### Data listing ###

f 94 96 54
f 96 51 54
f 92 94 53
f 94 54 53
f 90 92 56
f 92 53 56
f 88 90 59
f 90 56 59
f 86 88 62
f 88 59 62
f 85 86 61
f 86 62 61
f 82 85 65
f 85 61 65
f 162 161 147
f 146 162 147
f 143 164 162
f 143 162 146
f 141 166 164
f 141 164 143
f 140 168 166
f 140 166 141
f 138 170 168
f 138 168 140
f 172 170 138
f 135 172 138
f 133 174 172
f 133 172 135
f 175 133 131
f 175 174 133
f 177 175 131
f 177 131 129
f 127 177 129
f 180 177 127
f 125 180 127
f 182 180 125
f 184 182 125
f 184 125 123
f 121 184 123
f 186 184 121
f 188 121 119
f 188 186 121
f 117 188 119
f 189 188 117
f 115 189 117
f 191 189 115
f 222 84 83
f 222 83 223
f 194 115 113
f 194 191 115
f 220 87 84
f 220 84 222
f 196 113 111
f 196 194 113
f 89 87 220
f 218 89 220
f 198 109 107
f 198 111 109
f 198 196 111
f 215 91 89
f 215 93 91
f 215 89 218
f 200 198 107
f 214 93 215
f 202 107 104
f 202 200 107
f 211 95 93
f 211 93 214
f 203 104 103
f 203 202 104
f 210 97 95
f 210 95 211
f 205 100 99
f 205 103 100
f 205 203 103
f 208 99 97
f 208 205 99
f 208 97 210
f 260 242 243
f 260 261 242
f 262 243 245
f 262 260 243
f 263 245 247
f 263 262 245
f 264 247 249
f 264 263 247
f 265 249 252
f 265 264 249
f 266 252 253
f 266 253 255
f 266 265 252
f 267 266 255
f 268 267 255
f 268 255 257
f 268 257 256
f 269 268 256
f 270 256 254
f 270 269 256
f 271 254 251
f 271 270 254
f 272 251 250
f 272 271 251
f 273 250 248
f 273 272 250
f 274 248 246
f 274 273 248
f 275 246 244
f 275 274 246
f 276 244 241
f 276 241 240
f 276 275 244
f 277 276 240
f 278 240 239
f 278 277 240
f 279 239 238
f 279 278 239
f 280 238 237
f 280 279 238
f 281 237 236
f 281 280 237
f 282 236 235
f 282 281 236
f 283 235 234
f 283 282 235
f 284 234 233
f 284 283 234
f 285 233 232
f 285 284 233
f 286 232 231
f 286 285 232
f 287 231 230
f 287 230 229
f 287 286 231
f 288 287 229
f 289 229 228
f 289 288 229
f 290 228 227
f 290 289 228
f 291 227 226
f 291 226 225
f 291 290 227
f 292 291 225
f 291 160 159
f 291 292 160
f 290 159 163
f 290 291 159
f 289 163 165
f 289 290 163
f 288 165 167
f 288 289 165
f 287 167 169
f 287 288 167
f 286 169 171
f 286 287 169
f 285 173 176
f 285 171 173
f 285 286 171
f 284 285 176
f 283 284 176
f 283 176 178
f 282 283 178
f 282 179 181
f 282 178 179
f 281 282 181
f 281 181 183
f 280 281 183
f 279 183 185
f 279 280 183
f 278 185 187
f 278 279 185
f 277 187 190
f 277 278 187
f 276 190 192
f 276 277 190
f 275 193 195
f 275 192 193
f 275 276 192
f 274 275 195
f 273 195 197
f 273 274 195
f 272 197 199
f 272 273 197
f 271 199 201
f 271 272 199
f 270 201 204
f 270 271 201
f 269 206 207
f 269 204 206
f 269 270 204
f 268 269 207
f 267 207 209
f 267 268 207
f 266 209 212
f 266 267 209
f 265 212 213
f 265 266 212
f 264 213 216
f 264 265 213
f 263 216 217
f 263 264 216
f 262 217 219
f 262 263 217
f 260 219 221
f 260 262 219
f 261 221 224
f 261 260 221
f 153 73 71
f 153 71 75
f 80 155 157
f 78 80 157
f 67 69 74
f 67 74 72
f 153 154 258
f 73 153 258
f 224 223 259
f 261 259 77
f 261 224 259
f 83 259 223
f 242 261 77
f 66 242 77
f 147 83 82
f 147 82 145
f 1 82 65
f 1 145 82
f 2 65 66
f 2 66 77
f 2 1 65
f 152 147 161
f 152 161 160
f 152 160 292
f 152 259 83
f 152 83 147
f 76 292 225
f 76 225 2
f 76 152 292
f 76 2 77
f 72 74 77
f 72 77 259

###
### Data listing ###

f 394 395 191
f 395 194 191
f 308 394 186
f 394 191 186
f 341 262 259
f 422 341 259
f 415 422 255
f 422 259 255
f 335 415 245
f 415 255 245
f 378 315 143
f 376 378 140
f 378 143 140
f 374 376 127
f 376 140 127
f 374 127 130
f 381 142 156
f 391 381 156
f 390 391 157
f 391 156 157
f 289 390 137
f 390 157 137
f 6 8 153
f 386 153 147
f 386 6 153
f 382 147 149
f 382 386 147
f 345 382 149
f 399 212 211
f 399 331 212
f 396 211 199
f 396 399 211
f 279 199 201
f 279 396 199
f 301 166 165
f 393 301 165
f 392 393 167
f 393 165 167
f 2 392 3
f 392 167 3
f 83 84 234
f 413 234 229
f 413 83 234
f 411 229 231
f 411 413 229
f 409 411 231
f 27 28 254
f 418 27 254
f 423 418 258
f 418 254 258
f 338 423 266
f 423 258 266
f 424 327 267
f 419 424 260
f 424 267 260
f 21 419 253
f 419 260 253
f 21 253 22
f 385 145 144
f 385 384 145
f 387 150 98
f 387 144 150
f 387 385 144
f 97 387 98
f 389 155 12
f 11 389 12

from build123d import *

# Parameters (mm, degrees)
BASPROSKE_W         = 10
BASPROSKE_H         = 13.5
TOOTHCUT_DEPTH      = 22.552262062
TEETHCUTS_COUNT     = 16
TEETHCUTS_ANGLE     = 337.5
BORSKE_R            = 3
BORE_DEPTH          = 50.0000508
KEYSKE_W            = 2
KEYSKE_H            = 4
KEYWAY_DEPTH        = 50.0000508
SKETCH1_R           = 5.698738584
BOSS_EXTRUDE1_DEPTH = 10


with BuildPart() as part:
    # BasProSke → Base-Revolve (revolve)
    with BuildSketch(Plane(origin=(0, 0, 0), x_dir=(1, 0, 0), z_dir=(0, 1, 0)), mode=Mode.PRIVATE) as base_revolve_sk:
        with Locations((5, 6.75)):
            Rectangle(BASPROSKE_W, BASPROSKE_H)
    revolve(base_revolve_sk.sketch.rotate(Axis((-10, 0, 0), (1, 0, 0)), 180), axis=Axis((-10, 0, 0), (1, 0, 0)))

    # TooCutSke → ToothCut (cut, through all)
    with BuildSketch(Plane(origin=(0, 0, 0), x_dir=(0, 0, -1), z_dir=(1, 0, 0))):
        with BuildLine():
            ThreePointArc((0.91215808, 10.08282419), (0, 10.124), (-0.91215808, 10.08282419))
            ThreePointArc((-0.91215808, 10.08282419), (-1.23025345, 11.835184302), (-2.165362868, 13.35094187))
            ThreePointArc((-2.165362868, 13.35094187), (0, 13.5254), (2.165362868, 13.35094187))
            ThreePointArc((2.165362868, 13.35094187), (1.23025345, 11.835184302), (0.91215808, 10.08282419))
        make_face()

###
### Data listing ###

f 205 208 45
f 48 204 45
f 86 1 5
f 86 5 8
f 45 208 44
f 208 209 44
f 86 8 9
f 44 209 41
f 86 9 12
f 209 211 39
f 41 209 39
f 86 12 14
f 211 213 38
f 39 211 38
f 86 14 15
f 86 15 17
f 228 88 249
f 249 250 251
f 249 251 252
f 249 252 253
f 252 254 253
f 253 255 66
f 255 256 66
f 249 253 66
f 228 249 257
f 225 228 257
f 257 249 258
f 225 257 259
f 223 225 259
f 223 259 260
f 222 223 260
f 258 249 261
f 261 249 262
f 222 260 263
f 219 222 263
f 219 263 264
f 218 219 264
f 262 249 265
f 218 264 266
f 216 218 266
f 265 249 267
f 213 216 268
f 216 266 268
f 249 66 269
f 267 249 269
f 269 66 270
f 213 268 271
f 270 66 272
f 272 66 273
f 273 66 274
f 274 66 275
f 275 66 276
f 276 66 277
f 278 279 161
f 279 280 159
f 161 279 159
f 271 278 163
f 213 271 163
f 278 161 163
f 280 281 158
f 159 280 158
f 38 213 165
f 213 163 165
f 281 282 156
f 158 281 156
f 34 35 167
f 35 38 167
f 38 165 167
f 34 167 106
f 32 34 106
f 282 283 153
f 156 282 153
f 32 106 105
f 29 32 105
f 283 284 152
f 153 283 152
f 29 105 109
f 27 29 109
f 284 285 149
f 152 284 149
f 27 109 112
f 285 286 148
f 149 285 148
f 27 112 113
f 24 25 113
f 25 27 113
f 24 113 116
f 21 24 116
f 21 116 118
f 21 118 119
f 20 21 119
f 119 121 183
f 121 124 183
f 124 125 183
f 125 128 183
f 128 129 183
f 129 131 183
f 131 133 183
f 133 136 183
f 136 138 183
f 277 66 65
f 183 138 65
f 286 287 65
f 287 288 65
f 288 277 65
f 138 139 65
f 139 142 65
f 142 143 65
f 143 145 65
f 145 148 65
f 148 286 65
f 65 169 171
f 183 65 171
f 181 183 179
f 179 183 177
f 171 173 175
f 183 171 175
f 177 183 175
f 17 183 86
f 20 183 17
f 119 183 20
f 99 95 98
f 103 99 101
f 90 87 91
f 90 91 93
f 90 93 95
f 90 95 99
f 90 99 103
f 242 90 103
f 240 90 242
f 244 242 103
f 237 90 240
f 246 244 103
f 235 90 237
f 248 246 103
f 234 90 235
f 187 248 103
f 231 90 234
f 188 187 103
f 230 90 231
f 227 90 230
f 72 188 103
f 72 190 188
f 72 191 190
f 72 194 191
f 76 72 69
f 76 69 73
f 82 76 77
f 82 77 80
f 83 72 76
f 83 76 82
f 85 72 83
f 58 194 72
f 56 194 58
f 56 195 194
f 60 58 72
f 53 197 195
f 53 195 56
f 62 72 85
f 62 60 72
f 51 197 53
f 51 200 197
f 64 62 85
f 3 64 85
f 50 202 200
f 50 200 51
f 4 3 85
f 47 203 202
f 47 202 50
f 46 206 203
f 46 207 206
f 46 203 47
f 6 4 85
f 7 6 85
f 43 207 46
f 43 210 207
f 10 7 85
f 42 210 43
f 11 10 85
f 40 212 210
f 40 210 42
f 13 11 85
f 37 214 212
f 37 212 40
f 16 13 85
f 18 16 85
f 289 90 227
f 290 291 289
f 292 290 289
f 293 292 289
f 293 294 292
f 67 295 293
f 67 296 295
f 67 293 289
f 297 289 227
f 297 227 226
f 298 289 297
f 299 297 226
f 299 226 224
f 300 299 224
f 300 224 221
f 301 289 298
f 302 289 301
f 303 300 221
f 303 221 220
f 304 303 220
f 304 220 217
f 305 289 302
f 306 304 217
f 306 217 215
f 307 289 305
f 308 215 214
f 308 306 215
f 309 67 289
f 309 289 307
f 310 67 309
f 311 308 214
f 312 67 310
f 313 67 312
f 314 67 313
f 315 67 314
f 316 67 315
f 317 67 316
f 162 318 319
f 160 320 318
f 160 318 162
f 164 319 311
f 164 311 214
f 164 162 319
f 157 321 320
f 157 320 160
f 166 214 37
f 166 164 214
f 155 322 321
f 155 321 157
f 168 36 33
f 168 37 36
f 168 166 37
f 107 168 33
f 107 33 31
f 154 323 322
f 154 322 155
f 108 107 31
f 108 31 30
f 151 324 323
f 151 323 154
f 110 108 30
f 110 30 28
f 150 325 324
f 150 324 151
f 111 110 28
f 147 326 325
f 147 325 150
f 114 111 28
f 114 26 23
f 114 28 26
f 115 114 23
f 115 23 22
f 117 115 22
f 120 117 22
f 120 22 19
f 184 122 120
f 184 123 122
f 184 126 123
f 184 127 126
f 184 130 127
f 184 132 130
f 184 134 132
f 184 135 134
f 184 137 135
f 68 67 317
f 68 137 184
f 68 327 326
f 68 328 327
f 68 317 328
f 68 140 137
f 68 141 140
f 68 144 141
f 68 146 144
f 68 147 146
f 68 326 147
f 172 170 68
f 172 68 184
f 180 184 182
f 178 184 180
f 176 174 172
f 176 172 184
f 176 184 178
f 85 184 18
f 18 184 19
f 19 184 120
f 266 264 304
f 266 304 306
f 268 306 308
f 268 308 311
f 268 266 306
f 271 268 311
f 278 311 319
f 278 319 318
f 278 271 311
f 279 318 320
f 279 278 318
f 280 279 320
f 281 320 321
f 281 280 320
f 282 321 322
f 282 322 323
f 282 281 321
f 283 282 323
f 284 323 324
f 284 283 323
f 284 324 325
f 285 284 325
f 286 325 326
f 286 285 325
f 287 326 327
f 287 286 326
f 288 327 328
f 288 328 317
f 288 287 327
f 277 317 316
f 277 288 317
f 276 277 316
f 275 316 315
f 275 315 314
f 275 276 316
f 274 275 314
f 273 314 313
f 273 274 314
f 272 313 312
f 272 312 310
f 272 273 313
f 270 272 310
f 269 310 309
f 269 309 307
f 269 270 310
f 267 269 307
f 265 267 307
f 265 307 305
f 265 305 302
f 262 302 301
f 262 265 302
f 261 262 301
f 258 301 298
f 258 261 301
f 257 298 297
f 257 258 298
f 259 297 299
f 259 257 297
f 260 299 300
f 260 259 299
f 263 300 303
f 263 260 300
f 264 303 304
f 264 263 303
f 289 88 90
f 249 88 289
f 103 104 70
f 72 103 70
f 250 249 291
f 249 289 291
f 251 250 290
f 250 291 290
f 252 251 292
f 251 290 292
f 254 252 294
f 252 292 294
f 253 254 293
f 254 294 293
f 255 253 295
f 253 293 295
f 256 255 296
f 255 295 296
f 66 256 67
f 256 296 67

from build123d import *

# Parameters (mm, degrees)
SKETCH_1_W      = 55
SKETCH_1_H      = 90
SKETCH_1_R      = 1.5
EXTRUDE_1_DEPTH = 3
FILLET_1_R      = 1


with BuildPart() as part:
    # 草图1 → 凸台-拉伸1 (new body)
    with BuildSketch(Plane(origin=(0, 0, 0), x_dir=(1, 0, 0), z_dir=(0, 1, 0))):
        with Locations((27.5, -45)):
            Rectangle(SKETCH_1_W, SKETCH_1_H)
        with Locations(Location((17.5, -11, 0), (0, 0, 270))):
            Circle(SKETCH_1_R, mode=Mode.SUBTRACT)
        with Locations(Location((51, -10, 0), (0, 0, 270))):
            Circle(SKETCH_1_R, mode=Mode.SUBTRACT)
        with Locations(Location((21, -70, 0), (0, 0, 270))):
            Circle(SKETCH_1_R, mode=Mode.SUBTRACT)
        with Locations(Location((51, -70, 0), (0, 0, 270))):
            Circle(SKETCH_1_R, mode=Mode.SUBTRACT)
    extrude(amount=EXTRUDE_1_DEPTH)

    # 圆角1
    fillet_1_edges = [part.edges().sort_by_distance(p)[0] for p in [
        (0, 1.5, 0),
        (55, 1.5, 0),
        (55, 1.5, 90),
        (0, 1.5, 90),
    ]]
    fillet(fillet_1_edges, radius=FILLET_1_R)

###

→ Task prompt
Within the data, how many lines hold "Plane"? Respond with only the number.

→ Completed task
3